» WHAT YOU WILL DO
Repeat the entries below exactly. Begin with the first line and end with the line that contains "f 268 186 185".

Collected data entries
-*-*-

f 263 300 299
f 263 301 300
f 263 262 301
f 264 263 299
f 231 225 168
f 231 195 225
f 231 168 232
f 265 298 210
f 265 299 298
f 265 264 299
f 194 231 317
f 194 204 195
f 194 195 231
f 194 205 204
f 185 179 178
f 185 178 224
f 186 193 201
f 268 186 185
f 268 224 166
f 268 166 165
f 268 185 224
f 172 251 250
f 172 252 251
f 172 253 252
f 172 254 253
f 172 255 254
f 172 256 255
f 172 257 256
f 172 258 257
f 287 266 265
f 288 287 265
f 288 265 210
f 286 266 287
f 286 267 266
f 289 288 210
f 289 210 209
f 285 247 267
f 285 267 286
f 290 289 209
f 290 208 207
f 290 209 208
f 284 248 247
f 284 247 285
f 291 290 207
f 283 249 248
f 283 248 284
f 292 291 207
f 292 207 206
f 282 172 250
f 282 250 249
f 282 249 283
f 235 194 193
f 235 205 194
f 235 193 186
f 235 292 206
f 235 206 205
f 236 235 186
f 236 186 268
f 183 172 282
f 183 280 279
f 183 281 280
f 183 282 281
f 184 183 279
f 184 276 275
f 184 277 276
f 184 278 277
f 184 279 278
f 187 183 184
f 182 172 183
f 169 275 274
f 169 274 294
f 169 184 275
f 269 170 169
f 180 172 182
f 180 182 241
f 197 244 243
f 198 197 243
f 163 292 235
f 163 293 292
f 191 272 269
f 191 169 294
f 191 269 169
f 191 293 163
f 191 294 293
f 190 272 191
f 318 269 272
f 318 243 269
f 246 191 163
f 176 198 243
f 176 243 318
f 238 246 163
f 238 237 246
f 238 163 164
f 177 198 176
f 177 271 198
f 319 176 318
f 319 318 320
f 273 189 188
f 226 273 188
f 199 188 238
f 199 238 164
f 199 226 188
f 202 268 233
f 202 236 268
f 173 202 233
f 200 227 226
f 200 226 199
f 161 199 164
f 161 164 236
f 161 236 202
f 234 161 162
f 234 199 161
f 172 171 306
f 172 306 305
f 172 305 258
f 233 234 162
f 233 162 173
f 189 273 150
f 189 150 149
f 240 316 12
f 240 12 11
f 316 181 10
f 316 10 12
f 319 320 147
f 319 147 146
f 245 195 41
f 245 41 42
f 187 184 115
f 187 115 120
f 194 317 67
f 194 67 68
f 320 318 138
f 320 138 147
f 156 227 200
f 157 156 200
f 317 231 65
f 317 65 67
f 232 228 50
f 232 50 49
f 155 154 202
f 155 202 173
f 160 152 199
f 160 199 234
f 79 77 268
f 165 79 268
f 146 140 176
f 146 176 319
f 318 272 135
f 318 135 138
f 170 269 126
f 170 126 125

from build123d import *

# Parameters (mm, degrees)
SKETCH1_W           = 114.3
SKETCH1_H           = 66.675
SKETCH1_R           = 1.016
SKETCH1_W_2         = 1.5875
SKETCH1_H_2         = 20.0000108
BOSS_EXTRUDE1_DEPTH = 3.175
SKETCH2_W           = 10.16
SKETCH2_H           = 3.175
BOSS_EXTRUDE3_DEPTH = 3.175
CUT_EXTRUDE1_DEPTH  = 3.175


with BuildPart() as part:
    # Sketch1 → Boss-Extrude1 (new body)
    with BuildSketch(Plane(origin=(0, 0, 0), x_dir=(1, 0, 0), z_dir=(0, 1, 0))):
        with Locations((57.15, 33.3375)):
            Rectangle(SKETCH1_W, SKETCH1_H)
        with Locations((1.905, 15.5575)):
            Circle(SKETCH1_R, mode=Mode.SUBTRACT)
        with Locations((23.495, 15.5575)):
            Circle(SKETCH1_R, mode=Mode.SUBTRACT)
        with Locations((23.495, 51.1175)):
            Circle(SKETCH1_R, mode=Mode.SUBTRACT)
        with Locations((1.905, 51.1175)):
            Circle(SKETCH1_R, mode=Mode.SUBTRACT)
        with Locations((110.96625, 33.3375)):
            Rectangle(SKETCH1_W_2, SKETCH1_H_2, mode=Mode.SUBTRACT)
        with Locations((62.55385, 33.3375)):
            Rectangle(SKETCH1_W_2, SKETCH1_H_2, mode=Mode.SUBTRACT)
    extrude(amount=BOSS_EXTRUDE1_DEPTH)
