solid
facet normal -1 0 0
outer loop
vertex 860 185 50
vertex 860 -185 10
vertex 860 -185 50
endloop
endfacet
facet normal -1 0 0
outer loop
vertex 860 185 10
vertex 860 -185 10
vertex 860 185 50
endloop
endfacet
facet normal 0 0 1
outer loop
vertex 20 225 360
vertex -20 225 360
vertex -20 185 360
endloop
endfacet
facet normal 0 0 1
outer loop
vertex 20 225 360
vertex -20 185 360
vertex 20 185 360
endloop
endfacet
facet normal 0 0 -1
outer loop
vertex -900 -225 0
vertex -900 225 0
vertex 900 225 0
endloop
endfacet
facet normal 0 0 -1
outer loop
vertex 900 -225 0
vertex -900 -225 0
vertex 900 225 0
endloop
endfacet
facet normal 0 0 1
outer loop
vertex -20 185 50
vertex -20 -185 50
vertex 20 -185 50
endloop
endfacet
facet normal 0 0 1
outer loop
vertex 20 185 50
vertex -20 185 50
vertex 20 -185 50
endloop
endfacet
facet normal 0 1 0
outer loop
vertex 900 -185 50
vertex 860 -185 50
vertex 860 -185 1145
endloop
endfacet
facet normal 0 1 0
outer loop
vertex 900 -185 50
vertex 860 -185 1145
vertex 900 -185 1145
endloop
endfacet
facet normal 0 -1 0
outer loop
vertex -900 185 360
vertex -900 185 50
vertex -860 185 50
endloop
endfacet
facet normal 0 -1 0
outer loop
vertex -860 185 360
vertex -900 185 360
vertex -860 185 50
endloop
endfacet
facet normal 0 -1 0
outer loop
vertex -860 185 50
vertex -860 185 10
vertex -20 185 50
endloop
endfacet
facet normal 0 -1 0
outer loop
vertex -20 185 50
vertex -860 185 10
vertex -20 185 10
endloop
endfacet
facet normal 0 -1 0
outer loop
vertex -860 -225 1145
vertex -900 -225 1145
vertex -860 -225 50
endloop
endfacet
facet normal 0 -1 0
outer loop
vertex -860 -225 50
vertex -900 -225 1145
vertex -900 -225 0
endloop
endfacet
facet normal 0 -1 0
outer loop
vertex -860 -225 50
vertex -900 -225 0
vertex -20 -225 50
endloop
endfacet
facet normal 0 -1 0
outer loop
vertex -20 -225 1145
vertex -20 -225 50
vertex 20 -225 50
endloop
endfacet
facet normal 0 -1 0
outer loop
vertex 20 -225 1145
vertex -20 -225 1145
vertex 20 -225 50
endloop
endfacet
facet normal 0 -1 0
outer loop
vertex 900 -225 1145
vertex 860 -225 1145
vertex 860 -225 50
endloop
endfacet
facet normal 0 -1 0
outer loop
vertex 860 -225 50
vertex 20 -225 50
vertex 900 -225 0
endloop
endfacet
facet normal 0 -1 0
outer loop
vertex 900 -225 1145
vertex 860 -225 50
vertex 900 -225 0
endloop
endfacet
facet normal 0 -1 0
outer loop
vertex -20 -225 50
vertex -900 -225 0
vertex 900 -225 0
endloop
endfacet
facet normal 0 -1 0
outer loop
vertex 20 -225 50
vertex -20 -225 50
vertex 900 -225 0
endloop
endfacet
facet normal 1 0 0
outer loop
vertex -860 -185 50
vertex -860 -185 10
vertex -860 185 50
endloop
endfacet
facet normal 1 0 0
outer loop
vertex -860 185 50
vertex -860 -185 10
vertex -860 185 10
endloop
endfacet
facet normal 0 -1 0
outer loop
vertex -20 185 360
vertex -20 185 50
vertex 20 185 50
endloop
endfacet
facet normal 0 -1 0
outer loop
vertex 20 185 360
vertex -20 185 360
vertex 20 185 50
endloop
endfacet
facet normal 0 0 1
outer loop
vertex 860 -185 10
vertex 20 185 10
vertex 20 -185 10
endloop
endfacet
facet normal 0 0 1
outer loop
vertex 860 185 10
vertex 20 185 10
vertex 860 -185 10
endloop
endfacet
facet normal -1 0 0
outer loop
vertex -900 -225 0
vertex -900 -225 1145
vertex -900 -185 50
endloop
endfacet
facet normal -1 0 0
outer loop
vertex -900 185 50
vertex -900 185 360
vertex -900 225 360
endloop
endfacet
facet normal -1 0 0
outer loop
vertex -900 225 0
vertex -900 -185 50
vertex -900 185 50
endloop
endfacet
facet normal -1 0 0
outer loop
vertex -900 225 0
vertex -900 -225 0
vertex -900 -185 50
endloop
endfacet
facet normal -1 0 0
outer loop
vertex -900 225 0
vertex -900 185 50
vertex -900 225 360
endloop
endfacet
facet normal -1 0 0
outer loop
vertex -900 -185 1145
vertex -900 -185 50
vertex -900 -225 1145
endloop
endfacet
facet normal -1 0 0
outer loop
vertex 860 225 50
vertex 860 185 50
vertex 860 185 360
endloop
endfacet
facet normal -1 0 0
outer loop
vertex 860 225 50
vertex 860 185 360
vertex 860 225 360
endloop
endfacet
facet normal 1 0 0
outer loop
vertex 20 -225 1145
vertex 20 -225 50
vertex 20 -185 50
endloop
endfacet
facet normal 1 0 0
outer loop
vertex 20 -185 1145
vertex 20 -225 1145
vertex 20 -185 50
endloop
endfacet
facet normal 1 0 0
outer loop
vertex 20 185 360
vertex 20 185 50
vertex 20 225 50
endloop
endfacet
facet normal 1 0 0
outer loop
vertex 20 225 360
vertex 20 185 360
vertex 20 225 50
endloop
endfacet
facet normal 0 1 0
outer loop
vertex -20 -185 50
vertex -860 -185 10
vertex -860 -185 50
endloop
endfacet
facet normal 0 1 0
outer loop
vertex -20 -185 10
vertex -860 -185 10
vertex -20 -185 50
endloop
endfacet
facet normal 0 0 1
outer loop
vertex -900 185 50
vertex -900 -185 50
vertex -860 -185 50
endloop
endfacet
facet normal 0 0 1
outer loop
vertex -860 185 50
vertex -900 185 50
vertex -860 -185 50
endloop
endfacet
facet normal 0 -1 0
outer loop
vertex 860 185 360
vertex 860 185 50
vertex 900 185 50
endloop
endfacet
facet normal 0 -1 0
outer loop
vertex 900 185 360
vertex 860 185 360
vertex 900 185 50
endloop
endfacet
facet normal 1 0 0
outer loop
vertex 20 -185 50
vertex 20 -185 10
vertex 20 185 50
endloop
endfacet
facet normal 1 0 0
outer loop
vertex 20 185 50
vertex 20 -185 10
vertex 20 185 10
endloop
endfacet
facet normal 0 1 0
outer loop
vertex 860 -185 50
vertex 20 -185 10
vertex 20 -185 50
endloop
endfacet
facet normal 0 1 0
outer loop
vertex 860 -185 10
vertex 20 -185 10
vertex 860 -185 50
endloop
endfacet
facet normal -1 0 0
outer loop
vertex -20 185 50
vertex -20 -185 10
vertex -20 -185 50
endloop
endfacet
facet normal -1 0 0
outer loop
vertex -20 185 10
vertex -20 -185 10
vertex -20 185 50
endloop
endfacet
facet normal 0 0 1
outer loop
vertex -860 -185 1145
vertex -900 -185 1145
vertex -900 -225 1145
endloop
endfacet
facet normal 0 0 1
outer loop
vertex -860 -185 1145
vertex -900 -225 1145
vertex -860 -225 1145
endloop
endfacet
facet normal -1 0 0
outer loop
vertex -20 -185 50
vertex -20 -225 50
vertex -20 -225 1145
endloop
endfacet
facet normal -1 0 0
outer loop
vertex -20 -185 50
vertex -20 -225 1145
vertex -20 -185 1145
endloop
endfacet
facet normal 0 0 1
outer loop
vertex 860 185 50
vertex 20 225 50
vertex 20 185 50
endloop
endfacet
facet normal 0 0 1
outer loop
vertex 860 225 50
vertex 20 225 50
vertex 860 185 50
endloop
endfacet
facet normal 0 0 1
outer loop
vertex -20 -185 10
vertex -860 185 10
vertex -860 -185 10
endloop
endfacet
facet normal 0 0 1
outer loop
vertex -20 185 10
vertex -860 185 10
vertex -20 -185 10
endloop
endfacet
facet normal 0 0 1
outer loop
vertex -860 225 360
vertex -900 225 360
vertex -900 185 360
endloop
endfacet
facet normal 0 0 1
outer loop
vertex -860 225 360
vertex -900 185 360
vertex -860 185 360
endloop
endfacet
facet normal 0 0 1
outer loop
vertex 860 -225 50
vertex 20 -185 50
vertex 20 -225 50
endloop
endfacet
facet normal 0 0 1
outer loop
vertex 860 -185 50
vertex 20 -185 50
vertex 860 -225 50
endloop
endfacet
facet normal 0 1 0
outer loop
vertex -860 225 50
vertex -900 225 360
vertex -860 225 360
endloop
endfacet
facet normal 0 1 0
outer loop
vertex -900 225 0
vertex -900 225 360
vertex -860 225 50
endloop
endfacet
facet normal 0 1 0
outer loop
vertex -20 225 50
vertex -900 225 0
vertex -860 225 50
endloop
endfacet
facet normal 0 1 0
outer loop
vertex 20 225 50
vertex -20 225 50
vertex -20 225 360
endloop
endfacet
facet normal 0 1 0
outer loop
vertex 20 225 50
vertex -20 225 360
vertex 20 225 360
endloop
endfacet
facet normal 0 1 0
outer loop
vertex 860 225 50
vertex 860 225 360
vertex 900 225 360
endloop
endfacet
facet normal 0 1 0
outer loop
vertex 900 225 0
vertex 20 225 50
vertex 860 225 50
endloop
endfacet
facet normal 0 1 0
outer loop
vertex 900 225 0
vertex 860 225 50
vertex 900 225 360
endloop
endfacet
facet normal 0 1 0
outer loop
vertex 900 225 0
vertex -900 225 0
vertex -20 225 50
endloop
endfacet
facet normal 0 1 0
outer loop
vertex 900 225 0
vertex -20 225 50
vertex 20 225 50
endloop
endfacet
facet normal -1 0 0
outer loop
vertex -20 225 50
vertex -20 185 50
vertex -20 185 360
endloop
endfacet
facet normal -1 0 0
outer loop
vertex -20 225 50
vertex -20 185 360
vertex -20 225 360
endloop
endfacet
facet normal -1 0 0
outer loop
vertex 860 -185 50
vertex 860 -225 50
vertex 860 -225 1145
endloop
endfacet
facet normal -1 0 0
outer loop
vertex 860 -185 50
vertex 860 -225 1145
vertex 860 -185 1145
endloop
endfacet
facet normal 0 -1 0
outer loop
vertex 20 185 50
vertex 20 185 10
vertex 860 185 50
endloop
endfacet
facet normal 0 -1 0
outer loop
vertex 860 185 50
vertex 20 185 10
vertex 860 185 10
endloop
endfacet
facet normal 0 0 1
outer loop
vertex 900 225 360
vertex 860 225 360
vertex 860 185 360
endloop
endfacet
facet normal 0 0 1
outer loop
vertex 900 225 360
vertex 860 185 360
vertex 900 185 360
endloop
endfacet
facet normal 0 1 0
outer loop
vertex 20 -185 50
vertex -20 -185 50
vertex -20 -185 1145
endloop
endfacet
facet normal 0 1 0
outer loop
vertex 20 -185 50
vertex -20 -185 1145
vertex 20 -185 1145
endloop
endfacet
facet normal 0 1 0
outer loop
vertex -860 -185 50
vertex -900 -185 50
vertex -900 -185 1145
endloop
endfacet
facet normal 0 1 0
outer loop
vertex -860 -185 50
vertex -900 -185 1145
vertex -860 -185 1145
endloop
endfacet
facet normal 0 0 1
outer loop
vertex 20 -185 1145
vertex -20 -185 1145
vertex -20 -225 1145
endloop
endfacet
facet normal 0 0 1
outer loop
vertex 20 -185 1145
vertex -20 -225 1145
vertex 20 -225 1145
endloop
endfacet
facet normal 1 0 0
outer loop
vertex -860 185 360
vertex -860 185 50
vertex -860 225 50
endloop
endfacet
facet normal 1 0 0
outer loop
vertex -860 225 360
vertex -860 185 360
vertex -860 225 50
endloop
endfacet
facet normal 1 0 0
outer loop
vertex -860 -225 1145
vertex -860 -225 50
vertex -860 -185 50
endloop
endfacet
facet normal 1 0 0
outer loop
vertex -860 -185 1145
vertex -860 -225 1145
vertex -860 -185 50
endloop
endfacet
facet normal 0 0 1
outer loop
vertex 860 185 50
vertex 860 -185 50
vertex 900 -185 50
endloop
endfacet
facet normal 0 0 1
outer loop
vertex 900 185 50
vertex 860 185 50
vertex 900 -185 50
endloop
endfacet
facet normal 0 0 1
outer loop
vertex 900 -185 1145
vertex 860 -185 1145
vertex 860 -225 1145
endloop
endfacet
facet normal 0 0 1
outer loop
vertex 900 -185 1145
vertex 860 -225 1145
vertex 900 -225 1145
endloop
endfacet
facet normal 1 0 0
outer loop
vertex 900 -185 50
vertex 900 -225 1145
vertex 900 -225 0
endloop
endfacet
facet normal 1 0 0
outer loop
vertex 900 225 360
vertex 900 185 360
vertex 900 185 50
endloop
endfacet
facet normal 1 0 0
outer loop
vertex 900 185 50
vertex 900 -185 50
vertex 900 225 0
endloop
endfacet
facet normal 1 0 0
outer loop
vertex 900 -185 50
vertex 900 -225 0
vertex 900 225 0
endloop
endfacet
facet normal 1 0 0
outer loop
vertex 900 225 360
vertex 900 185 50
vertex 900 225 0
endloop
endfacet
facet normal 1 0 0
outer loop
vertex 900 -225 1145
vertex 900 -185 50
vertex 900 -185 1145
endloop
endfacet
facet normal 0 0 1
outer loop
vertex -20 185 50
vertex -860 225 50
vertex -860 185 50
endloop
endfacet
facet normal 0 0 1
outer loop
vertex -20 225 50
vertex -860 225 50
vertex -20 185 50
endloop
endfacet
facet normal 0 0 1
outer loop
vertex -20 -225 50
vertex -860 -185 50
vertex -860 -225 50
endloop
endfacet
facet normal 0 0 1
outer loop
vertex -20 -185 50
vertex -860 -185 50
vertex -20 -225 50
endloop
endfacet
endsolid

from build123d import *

# Parameters (mm, degrees)
F0_W      = 1800
F0_H      = 450
F1_DEPTH  = 10
F2_W      = 40
F2_H      = 450
F3_DEPTH  = 40
F4_W      = 40
F4_H      = 450
F5_DEPTH  = 40
F6_W      = 40
F6_H      = 370
F7_DEPTH  = 40
F8_W      = 1720
F8_H      = 40
F9_DEPTH  = 40
F10_W     = 1720
F10_H     = 40
F11_DEPTH = 40
F12_W     = 40
F12_H     = 40
F13_DEPTH = 1095
F14_W     = 40
F14_H     = 40
F15_DEPTH = 1095
F16_W     = 40
F16_H     = 40
F17_DEPTH = 1095
F18_W     = 40
F18_H     = 40
F19_DEPTH = 310
F20_W     = 40
F20_H     = 40
F21_DEPTH = 310
F22_W     = 40
F22_H     = 40
F23_DEPTH = 310


with BuildPart() as f1:
    # F0 (on Top) → F1 (new body)
    with BuildSketch(Plane.XY):
        Rectangle(F0_W, F0_H)
    extrude(amount=F1_DEPTH)

    # F2 (on face) → F3 (join)
    with BuildSketch(Plane.XY.offset(10)):
        with Locations((-880, 0)):
            Rectangle(F2_W, F2_H)
    extrude(amount=F3_DEPTH)

    # F4 (on face) → F5 (join)
    with BuildSketch(Plane.XY.offset(10)):
        with Locations((880, 0)):
            Rectangle(F4_W, F4_H)
    extrude(amount=F5_DEPTH)

    # F6 (on face) → F7 (join)
    with BuildSketch(Plane.XY.offset(10)):
        Rectangle(F6_W, F6_H)
    extrude(amount=F7_DEPTH)

    # F8 (on face) → F9 (join)
    with BuildSketch(Plane.XY.offset(10)):
        with Locations((0, -205)):
            Rectangle(F8_W, F8_H)
    extrude(amount=F9_DEPTH)

    # F10 (on face) → F11 (join)
    with BuildSketch(Plane.XY.offset(10)):
        with Locations((0, 205)):
            Rectangle(F10_W, F10_H)
    extrude(amount=F11_DEPTH)

    # F12 (on face) → F13 (join)
    with BuildSketch(Plane.XY.offset(50)):
        with Locations((-880, -205)):
            Rectangle(F12_W, F12_H)
    extrude(amount=F13_DEPTH)

    # F14 (on face) → F15 (join)
    with BuildSketch(Plane.XY.offset(50)):
        with Locations((0, -205)):
            Rectangle(F14_W, F14_H)
    extrude(amount=F15_DEPTH)

    # F16 (on face) → F17 (join)
    with BuildSketch(Plane.XY.offset(50)):
        with Locations((880, -205)):
            Rectangle(F16_W, F16_H)
    extrude(amount=F17_DEPTH)

    # F18 (on face) → F19 (join)
    with BuildSketch(Plane.XY.offset(50)):
        with Locations((-880, 205)):
            Rectangle(F18_W, F18_H)
    extrude(amount=F19_DEPTH)

    # F20 (on face) → F21 (join)
    with BuildSketch(Plane.XY.offset(50)):
        with Locations((0, 205)):
            Rectangle(F20_W, F20_H)
    extrude(amount=F21_DEPTH)

    # F22 (on face) → F23 (join)
    with BuildSketch(Plane.XY.offset(50)):
        with Locations((880, 205)):
            Rectangle(F22_W, F22_H)
    extrude(amount=F23_DEPTH)


solid = f1.part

-*-*-

» TASK RESPONSE
f 263 300 299
f 263 301 300
f 263 262 301
f 264 263 299
f 231 225 168
f 231 195 225
f 231 168 232
f 265 298 210
f 265 299 298
f 265 264 299
f 194 231 317
f 194 204 195
f 194 195 231
f 194 205 204
f 185 179 178
f 185 178 224
f 186 193 201
f 268 186 185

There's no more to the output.